Étudier les relations avec les parents dès l’IUFM

Le film est entrecoupé d’interventions de Philippe Meirieu, directeur de l’IUFM de Lyon, qui remet en perspective les relations parents-école et la place de l’école de la République vis-à-vis de la famille. Il revient sur la rivalité ou l’ignorance entre parents et enseignants : « Le conflit entre eux est ancien, historique, quasiment constitutif de l’école de la République, mais avant la rivalité ne s’exprimait pas au grand jour car on se serrait les coudes autour de l’enfant, ce n’est plus le cas aujourd’hui ».

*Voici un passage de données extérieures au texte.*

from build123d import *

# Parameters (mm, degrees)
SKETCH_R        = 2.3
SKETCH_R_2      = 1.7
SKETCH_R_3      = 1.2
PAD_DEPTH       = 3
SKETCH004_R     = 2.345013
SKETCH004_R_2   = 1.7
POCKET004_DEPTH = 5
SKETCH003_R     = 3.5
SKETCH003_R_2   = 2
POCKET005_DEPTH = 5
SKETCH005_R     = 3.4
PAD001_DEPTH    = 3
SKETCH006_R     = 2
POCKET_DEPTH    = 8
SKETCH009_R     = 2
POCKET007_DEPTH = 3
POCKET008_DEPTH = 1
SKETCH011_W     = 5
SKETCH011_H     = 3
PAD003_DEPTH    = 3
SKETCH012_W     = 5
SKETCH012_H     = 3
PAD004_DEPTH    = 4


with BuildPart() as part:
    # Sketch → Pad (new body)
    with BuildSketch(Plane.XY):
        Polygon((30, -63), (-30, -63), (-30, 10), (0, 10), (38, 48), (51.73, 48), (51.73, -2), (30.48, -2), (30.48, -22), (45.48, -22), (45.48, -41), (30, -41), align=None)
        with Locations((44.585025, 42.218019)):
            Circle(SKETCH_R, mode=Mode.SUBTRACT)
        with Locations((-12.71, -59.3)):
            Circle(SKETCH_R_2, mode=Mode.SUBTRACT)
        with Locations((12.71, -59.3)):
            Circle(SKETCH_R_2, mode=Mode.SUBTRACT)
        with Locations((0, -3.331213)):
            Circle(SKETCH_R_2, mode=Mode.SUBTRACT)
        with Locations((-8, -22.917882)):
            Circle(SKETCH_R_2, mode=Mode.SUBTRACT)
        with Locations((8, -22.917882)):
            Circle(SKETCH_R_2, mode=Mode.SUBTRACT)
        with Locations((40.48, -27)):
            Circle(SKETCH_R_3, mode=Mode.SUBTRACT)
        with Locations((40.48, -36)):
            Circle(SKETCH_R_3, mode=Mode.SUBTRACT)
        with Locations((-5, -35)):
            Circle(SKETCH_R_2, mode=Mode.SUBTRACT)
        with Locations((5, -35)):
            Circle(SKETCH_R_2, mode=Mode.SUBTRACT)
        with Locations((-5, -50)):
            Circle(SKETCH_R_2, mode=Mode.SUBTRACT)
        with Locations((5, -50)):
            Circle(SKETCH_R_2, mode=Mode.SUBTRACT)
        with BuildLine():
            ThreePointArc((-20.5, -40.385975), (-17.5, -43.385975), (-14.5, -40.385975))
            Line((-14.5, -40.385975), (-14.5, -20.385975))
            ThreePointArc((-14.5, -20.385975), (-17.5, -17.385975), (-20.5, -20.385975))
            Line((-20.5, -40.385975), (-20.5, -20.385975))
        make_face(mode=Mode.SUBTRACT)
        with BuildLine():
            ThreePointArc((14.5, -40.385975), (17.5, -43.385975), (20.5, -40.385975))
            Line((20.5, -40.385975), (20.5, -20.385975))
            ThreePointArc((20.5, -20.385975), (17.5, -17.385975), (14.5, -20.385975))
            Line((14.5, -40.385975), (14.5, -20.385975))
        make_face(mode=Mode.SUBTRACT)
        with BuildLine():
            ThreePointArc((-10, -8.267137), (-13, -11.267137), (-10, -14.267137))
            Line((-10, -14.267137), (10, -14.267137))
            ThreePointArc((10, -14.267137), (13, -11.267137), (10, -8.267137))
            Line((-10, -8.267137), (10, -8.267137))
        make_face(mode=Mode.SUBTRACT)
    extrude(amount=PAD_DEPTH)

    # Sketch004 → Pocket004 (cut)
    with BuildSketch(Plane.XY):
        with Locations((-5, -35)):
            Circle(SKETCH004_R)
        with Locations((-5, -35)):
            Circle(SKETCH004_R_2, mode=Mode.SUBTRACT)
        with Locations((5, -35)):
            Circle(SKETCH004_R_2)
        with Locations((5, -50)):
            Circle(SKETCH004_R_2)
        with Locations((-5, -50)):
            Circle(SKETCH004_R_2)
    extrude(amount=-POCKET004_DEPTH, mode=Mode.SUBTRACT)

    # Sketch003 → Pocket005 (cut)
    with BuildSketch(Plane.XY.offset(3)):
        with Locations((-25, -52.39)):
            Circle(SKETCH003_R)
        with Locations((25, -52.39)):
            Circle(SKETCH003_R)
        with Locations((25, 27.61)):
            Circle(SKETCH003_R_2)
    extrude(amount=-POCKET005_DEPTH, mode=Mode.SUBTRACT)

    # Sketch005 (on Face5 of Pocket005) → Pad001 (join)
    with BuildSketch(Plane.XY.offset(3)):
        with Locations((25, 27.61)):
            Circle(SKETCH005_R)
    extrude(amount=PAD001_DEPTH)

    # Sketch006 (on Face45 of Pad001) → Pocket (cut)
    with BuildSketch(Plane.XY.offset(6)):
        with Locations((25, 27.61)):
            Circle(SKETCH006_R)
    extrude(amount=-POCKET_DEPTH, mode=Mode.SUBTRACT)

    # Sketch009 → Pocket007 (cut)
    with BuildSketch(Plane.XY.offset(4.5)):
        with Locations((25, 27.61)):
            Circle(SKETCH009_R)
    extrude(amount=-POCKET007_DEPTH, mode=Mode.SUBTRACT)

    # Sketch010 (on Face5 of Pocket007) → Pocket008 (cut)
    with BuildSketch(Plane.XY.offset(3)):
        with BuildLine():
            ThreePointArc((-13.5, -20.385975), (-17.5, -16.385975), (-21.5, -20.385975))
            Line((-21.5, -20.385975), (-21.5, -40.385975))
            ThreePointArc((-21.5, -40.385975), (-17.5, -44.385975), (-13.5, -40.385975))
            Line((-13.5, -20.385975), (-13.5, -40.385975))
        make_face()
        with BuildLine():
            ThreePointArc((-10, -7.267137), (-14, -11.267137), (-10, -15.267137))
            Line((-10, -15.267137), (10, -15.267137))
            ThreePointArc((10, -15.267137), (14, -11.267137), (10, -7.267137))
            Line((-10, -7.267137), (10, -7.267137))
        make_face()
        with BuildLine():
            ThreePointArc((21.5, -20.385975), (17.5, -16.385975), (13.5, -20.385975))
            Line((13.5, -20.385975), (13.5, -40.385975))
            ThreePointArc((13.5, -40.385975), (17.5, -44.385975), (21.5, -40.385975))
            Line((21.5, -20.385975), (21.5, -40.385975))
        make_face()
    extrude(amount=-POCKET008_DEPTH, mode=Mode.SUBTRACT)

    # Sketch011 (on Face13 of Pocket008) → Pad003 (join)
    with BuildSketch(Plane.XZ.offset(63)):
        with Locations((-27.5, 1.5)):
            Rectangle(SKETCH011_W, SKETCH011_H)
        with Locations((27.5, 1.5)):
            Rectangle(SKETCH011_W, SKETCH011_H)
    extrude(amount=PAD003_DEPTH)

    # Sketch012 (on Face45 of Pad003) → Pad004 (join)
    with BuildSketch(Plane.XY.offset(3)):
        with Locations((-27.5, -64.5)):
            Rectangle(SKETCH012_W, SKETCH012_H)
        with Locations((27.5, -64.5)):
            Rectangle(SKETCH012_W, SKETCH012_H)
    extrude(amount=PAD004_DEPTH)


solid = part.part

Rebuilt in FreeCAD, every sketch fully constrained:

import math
import FreeCAD as App
import Part
import Sketcher
from FreeCAD import Vector
Q = App.Units.Quantity

doc = App.newDocument("Part")
body = doc.addObject("PartDesign::Body", "Body")

# Sketch on XY plane
sketch1 = body.newObject("Sketcher::SketchObject", "Sketch")
sketch1.AttachmentSupport = (doc.getObject("XY_Plane"), [""])
sketch1.MapMode = "FlatFace"
sketch1.addGeometry([
    Part.LineSegment(Vector(-30, -63, 0), Vector(30, -63, 0)),  # 0
    Part.LineSegment(Vector(30, -63, 0), Vector(30, -41, 0)),  # 1
    Part.LineSegment(Vector(30, -41, 0), Vector(45.5, -41, 0)),  # 2
    Part.LineSegment(Vector(45.5, -41, 0), Vector(45.5, -22, 0)),  # 3
    Part.LineSegment(Vector(45.5, -22, 0), Vector(30.5, -22, 0)),  # 4
    Part.LineSegment(Vector(30.5, -22, 0), Vector(30.5, -2, 0)),  # 5
    Part.LineSegment(Vector(30.5, -2, 0), Vector(51.7, -2, 0)),  # 6
    Part.LineSegment(Vector(51.7, -2, 0), Vector(51.7, 48, 0)),  # 7
    Part.LineSegment(Vector(51.7, 48, 0), Vector(38, 48, 0)),  # 8
    Part.LineSegment(Vector(38, 48, 0), Vector(0, 10, 0)),  # 9
    Part.LineSegment(Vector(0, 10, 0), Vector(-30, 10, 0)),  # 10
    Part.LineSegment(Vector(-30, 10, 0), Vector(-30, -63, 0)),  # 11
    Part.Circle(Vector(40.5, -36, 0), Vector(0, 0, 1), 1.2),  # 12
    Part.Circle(Vector(40.5, -27, 0), Vector(0, 0, 1), 1.2),  # 13
    Part.LineSegment(Vector(14.5, -40.4, 0), Vector(14.5, -20.4, 0)),  # 14
    Part.ArcOfCircle(Part.Circle(Vector(17.5, -20.4, 0), Vector(0, 0, 1), 3), math.radians(0), math.radians(180)),  # 15
    Part.LineSegment(Vector(20.5, -20.4, 0), Vector(20.5, -40.4, 0)),  # 16
    Part.ArcOfCircle(Part.Circle(Vector(17.5, -40.4, 0), Vector(0, 0, 1), 3), math.radians(180), math.radians(360)),  # 17
    Part.Circle(Vector(12.7, -59.3, 0), Vector(0, 0, 1), 1.7),  # 18
    Part.Circle(Vector(5, -50, 0), Vector(0, 0, 1), 1.7),  # 19
    Part.Circle(Vector(5, -35, 0), Vector(0, 0, 1), 1.7),  # 20
    Part.Circle(Vector(-5, -50, 0), Vector(0, 0, 1), 1.7),  # 21
    Part.Circle(Vector(-12.7, -59.3, 0), Vector(0, 0, 1), 1.7),  # 22
    Part.Circle(Vector(-5, -35, 0), Vector(0, 0, 1), 1.7),  # 23
    Part.Circle(Vector(8, -22.9, 0), Vector(0, 0, 1), 1.7),  # 24
    Part.LineSegment(Vector(-10, -8.3, 0), Vector(10, -8.3, 0)),  # 25
    Part.ArcOfCircle(Part.Circle(Vector(10, -11.3, 0), Vector(0, 0, 1), 3), math.radians(-90), math.radians(90)),  # 26
    Part.LineSegment(Vector(10, -14.3, 0), Vector(-10, -14.3, 0)),  # 27
    Part.ArcOfCircle(Part.Circle(Vector(-10, -11.3, 0), Vector(0, 0, 1), 3), math.radians(90), math.radians(270)),  # 28
    Part.Circle(Vector(-8, -22.9, 0), Vector(0, 0, 1), 1.7),  # 29
    Part.LineSegment(Vector(-20.5, -40.4, 0), Vector(-20.5, -20.4, 0)),  # 30
    Part.ArcOfCircle(Part.Circle(Vector(-17.5, -20.4, 0), Vector(0, 0, 1), 3), math.radians(0), math.radians(180)),  # 31
    Part.LineSegment(Vector(-14.5, -20.4, 0), Vector(-14.5, -40.4, 0)),  # 32
    Part.ArcOfCircle(Part.Circle(Vector(-17.5, -40.4, 0), Vector(0, 0, 1), 3), math.radians(180), math.radians(360)),  # 33
    Part.Circle(Vector(44.6, 42.2, 0), Vector(0, 0, 1), 2.3),  # 34
    Part.Circle(Vector(0, -3.3, 0), Vector(0, 0, 1), 1.7),  # 35
], False)
sketch1.addConstraint([
    Sketcher.Constraint("Coincident", 0, 2, 1, 1),
    Sketcher.Constraint("Coincident", 1, 2, 2, 1),
    Sketcher.Constraint("Coincident", 2, 2, 3, 1),
    Sketcher.Constraint("Coincident", 3, 2, 4, 1),
    Sketcher.Constraint("Coincident", 4, 2, 5, 1),
    Sketcher.Constraint("Coincident", 5, 2, 6, 1),
    Sketcher.Constraint("Coincident", 6, 2, 7, 1),
    Sketcher.Constraint("Coincident", 7, 2, 8, 1),
    Sketcher.Constraint("Coincident", 8, 2, 9, 1),
    Sketcher.Constraint("Coincident", 9, 2, 10, 1),
    Sketcher.Constraint("Coincident", 10, 2, 11, 1),
    Sketcher.Constraint("Coincident", 11, 2, 0, 1),
    Sketcher.Constraint("Tangent", 14, 2, 15, 2),
    Sketcher.Constraint("Tangent", 15, 1, 16, 1),
    Sketcher.Constraint("Tangent", 16, 2, 17, 2),
    Sketcher.Constraint("Tangent", 17, 1, 14, 1),
    Sketcher.Constraint("Tangent", 25, 2, 26, 2),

Pourtant la réussite scolaire de l’enfant doit rester au centre des préoccupations de l’école et des parents et leur rencontre est indispensable. Mais partager, échanger avec les parents est vécu par certains professeurs comme une perte de pouvoir, ils envisagent difficilement la co-éducation. De leurs côtés, certains parents n’osent pas aller vers les enseignants par manque d’habitude, d’autres au contraire voudraient leur enseigner leur métier. « Nous avons encore beaucoup de chemin à parcourir pour sensibiliser les futurs enseignants au problème de la relation avec les parents », souligne Philippe Meirieu. Un souci que partage l’IUFM de Créteil : il propose aux enseignants stagiaires un module sur ce thème.

Même si l’école doit garder son indépendance, une meilleure communication avec les parents – et notamment ceux des milieux populaires, moins à l’aise avec le milieu enseignant - est indispensable pour garder à l’enfant toutes ses chances de réussite.